• _WHAT IS NEEDED_
Print the lines that run from the line with "#66=ORIENTED_EDGE('',*,*,#49,.T.);" to the line with "#74=EDGE_CURVE('',#70,#70,#73,.T.);", keeping both end lines, exactly as they appear in the entries below, and nothing else.

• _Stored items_
%%

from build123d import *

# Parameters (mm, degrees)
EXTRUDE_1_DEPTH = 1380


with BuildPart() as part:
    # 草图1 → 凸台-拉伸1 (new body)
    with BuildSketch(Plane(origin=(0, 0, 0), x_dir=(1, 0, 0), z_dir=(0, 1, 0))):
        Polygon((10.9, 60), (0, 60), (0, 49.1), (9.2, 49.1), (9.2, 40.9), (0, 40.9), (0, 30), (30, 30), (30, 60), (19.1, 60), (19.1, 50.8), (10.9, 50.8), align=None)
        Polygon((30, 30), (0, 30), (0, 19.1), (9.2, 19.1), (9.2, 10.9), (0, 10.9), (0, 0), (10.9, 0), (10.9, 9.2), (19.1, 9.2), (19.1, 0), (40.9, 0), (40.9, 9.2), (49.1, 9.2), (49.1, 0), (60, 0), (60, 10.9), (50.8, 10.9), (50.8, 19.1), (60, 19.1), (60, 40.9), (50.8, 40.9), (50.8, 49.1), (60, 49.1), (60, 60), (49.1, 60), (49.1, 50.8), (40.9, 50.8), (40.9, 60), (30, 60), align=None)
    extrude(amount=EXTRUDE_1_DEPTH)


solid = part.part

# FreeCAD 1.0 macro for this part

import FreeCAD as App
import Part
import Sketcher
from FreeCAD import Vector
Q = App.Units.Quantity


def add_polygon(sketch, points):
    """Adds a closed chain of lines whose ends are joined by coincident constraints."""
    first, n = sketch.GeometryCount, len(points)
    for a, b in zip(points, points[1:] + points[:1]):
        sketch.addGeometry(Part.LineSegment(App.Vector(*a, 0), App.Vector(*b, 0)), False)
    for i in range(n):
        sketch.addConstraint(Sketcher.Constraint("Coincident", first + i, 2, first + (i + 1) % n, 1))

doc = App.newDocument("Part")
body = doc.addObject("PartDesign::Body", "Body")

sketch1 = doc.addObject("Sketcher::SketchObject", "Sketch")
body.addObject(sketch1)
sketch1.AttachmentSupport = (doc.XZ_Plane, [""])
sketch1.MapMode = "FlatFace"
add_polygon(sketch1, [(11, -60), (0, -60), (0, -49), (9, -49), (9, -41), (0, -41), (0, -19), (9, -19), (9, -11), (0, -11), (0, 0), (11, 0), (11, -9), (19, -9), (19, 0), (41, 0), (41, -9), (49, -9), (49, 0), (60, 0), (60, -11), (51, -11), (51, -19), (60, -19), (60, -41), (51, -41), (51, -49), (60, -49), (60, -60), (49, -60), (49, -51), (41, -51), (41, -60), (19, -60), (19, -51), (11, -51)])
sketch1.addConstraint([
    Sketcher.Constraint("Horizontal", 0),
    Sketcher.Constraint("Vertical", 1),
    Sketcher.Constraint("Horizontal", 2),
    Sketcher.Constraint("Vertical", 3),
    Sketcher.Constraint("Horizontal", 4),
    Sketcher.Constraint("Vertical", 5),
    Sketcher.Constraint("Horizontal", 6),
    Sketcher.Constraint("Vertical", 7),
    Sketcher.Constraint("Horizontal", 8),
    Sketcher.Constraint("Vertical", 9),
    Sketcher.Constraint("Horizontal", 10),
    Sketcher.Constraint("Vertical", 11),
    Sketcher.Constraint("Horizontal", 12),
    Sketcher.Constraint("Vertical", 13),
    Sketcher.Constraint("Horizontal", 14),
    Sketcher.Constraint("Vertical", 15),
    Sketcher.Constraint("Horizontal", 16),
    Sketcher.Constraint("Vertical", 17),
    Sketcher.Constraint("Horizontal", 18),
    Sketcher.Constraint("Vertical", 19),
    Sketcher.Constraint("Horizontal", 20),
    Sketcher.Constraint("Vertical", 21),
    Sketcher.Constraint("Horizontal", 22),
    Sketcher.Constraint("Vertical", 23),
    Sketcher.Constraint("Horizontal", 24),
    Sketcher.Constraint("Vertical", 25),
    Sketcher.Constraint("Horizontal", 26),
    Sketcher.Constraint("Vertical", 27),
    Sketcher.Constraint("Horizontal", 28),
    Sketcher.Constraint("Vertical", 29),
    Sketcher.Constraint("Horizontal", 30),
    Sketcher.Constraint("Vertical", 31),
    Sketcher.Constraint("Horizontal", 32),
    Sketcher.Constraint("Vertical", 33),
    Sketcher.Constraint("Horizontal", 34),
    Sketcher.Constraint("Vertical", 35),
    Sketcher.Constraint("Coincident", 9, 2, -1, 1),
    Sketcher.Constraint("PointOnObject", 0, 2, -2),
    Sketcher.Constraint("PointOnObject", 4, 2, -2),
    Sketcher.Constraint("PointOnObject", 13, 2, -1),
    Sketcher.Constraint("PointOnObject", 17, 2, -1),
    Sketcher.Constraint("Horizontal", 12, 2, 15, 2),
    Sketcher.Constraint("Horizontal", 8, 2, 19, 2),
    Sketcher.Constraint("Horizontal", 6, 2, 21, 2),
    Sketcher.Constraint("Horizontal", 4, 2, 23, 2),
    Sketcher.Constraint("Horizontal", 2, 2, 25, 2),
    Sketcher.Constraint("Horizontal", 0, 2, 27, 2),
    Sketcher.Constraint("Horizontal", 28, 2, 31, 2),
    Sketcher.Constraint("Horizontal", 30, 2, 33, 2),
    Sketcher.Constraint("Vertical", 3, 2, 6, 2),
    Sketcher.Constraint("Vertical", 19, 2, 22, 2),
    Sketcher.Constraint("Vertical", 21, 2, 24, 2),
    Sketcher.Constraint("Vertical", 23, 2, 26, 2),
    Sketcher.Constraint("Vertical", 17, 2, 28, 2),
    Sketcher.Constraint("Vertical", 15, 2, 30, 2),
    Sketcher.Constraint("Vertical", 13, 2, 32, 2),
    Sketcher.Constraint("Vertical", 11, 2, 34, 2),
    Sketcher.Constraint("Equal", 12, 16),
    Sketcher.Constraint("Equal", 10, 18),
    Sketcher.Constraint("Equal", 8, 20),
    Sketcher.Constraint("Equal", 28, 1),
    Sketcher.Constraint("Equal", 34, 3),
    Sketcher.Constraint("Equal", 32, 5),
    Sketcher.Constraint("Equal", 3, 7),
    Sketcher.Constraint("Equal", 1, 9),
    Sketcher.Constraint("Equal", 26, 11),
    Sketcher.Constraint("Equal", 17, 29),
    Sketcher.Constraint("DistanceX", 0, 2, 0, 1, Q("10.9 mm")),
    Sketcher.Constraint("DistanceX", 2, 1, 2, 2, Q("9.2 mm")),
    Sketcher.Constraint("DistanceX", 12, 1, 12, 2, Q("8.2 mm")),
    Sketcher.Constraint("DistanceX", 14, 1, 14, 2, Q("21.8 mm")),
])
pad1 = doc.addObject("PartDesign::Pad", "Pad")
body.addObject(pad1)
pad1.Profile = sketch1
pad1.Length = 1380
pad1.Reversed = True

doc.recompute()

%%
%%

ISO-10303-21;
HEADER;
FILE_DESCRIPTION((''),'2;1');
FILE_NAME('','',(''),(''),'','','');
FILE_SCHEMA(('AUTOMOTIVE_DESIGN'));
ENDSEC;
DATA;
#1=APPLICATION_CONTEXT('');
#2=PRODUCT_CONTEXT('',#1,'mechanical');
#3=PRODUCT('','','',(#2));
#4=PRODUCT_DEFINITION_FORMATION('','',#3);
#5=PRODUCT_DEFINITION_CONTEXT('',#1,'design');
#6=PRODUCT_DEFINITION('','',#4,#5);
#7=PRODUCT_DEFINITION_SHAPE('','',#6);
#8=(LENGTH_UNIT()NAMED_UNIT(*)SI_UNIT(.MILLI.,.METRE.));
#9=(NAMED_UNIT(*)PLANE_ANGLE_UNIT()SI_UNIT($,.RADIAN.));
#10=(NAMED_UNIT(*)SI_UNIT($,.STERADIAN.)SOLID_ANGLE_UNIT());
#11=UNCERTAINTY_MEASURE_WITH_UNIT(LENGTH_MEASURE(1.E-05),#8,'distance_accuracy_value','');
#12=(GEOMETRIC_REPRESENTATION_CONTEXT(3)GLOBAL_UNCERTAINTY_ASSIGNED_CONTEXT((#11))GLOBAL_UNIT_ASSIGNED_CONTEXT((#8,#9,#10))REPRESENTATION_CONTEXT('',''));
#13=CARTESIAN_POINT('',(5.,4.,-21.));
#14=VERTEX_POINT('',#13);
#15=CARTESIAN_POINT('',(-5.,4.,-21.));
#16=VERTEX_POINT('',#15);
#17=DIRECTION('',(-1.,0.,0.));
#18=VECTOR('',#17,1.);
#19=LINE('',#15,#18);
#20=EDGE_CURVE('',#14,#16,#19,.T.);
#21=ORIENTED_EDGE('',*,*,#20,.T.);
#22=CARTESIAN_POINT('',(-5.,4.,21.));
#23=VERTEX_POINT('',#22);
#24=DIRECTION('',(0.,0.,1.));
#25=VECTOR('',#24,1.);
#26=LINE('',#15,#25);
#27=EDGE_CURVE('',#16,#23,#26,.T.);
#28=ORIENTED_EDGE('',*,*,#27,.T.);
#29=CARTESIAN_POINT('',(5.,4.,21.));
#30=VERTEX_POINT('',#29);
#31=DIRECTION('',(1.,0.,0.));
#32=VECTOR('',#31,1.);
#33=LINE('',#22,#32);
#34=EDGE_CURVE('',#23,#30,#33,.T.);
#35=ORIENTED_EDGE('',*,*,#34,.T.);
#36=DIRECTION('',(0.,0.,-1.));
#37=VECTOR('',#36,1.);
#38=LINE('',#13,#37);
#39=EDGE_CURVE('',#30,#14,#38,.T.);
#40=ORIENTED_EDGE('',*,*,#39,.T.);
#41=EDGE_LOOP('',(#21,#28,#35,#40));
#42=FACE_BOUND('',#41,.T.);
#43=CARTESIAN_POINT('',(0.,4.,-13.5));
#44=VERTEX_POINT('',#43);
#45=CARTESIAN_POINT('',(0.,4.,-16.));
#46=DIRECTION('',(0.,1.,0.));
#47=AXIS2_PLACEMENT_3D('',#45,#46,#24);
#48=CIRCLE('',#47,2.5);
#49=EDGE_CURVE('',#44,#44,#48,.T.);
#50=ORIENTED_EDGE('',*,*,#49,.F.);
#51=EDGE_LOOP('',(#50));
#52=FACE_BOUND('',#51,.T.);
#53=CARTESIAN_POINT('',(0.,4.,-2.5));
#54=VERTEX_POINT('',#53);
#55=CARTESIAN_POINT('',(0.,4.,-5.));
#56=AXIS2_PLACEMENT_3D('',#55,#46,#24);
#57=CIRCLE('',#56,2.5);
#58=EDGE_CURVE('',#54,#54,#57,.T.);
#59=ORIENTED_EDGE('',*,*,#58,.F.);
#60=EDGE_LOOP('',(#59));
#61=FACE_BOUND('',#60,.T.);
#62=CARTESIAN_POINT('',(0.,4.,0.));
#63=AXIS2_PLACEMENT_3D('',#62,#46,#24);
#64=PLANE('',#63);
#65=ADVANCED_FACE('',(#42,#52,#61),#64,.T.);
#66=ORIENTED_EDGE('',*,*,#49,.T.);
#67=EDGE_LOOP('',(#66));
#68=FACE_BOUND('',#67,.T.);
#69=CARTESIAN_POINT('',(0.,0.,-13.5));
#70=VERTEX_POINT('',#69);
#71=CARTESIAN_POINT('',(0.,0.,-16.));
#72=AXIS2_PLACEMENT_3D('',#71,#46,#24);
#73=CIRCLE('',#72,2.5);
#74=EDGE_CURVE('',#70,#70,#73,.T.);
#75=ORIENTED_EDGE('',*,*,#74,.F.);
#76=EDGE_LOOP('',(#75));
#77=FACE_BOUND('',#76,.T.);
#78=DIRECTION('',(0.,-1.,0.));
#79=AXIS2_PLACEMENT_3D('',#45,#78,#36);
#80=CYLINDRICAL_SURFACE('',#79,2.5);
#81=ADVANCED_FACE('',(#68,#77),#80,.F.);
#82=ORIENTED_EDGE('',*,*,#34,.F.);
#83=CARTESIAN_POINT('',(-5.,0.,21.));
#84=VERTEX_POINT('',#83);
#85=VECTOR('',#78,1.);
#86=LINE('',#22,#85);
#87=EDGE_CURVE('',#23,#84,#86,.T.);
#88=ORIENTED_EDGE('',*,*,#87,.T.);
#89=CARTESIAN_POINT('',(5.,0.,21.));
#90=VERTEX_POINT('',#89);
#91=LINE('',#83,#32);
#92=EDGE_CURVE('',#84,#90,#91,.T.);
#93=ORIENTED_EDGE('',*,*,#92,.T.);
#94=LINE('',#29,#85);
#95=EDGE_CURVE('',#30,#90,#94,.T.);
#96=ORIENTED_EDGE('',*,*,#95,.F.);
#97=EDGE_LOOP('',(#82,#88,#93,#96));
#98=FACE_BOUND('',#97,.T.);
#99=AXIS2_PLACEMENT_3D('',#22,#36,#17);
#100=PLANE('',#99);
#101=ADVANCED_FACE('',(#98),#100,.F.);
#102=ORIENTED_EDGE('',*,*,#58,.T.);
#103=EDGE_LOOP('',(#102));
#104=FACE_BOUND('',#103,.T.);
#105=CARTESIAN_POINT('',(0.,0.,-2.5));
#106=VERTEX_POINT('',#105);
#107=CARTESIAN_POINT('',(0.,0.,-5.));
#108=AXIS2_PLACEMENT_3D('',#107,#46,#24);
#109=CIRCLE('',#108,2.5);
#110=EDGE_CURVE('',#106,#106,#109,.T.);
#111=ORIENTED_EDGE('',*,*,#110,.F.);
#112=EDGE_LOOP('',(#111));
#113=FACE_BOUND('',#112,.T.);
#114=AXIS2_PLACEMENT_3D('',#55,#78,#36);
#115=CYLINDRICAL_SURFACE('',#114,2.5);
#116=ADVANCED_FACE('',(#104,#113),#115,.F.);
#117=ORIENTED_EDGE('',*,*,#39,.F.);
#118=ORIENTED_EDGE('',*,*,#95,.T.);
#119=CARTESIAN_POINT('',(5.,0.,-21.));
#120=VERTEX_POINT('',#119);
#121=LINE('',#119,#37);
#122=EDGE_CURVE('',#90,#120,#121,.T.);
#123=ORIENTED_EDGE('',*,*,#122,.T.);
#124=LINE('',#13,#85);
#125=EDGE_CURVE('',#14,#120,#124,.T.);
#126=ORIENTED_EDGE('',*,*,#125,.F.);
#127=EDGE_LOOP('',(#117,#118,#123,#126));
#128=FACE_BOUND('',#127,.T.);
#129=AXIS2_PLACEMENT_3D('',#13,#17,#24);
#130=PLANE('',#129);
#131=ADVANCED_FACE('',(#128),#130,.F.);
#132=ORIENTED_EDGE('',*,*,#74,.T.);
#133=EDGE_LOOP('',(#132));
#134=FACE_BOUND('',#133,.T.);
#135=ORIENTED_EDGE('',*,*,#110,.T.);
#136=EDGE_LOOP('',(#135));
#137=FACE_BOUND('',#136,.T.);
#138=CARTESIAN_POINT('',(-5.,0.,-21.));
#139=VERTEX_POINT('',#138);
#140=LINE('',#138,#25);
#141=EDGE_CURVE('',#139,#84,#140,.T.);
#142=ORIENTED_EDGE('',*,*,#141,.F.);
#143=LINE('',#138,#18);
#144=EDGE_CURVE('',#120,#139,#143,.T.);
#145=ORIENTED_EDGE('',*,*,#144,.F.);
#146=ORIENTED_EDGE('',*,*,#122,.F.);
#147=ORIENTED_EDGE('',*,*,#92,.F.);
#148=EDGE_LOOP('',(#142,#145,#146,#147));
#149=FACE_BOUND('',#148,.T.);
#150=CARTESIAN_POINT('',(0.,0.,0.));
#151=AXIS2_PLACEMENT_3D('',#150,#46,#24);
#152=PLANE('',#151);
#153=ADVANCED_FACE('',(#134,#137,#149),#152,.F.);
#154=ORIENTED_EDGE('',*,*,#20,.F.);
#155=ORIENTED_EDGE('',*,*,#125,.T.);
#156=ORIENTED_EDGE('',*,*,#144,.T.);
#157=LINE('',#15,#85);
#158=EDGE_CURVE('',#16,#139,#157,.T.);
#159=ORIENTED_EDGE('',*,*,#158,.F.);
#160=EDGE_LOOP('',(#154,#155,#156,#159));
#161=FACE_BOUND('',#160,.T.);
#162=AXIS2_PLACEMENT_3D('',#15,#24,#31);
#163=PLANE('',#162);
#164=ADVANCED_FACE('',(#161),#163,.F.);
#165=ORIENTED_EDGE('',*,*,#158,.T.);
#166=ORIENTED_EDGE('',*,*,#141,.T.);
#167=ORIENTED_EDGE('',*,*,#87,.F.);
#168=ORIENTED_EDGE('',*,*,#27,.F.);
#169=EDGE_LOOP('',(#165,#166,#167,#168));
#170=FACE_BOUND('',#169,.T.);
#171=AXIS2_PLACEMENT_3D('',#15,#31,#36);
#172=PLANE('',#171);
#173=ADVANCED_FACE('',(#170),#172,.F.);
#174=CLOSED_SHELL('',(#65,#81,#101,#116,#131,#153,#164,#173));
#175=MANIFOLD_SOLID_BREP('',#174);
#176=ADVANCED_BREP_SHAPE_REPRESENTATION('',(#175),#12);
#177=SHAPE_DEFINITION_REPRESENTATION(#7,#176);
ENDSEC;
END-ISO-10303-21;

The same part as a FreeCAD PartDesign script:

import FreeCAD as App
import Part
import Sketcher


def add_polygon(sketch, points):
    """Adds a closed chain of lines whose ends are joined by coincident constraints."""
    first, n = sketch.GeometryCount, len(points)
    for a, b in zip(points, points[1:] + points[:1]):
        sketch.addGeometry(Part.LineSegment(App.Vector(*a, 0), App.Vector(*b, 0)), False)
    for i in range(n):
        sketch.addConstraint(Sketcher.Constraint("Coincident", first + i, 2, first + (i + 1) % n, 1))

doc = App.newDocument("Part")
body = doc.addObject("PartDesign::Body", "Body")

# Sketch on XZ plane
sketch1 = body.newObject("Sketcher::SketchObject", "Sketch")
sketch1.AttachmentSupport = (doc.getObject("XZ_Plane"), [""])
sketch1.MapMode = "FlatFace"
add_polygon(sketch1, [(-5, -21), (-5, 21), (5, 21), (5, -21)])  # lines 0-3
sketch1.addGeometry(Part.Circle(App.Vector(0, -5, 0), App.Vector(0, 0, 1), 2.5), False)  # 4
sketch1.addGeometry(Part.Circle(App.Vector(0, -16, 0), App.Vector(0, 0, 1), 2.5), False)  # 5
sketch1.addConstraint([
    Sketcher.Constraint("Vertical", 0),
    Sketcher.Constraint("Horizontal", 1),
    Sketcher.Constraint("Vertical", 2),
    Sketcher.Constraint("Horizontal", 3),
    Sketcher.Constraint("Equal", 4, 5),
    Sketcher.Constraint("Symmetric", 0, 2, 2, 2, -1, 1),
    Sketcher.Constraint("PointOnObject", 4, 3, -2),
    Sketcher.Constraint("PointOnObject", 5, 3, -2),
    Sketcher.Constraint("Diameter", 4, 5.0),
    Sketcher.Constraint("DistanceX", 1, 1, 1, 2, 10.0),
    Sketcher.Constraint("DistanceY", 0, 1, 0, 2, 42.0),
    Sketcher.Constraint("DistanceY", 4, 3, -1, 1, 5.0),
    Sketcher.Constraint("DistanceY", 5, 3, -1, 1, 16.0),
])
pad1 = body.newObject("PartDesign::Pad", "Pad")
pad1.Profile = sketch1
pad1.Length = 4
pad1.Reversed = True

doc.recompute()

%%
%%

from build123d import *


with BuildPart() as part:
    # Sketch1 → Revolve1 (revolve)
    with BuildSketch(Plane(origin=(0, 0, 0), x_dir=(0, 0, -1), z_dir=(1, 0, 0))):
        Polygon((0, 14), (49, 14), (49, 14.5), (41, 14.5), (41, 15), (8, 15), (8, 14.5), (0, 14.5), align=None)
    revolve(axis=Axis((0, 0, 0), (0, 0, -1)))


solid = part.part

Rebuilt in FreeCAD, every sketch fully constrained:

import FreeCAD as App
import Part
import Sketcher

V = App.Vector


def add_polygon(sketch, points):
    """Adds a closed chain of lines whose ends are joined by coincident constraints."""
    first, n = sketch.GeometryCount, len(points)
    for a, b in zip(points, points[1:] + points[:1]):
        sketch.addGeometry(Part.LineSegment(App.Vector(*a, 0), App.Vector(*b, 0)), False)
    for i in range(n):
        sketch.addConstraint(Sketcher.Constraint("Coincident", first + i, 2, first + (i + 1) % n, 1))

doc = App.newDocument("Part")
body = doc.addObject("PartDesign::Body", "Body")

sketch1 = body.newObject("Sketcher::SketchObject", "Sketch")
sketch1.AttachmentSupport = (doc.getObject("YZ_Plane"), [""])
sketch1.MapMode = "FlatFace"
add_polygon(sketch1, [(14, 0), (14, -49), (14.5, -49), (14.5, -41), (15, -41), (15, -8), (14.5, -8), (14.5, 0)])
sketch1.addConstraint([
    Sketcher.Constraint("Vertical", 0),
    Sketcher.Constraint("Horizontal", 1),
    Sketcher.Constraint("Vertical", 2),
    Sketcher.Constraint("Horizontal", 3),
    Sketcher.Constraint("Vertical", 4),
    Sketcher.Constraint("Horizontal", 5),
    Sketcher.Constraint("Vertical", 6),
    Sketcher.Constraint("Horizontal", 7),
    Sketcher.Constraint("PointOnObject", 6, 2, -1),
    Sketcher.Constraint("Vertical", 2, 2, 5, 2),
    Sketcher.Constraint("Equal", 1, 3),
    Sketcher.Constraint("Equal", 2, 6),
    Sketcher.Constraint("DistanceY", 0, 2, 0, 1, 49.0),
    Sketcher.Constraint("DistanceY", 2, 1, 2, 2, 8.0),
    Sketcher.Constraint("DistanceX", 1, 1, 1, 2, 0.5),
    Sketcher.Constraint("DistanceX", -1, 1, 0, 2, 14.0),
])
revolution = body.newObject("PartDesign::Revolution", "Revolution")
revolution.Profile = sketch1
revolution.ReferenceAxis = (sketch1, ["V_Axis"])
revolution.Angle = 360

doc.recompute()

%%

• _EXERCISE SOLUTION_
#66=ORIENTED_EDGE('',*,*,#49,.T.);
#67=EDGE_LOOP('',(#66));
#68=FACE_BOUND('',#67,.T.);
#69=CARTESIAN_POINT('',(0.,0.,-13.5));
#70=VERTEX_POINT('',#69);
#71=CARTESIAN_POINT('',(0.,0.,-16.));
#72=AXIS2_PLACEMENT_3D('',#71,#46,#24);
#73=CIRCLE('',#72,2.5);
#74=EDGE_CURVE('',#70,#70,#73,.T.);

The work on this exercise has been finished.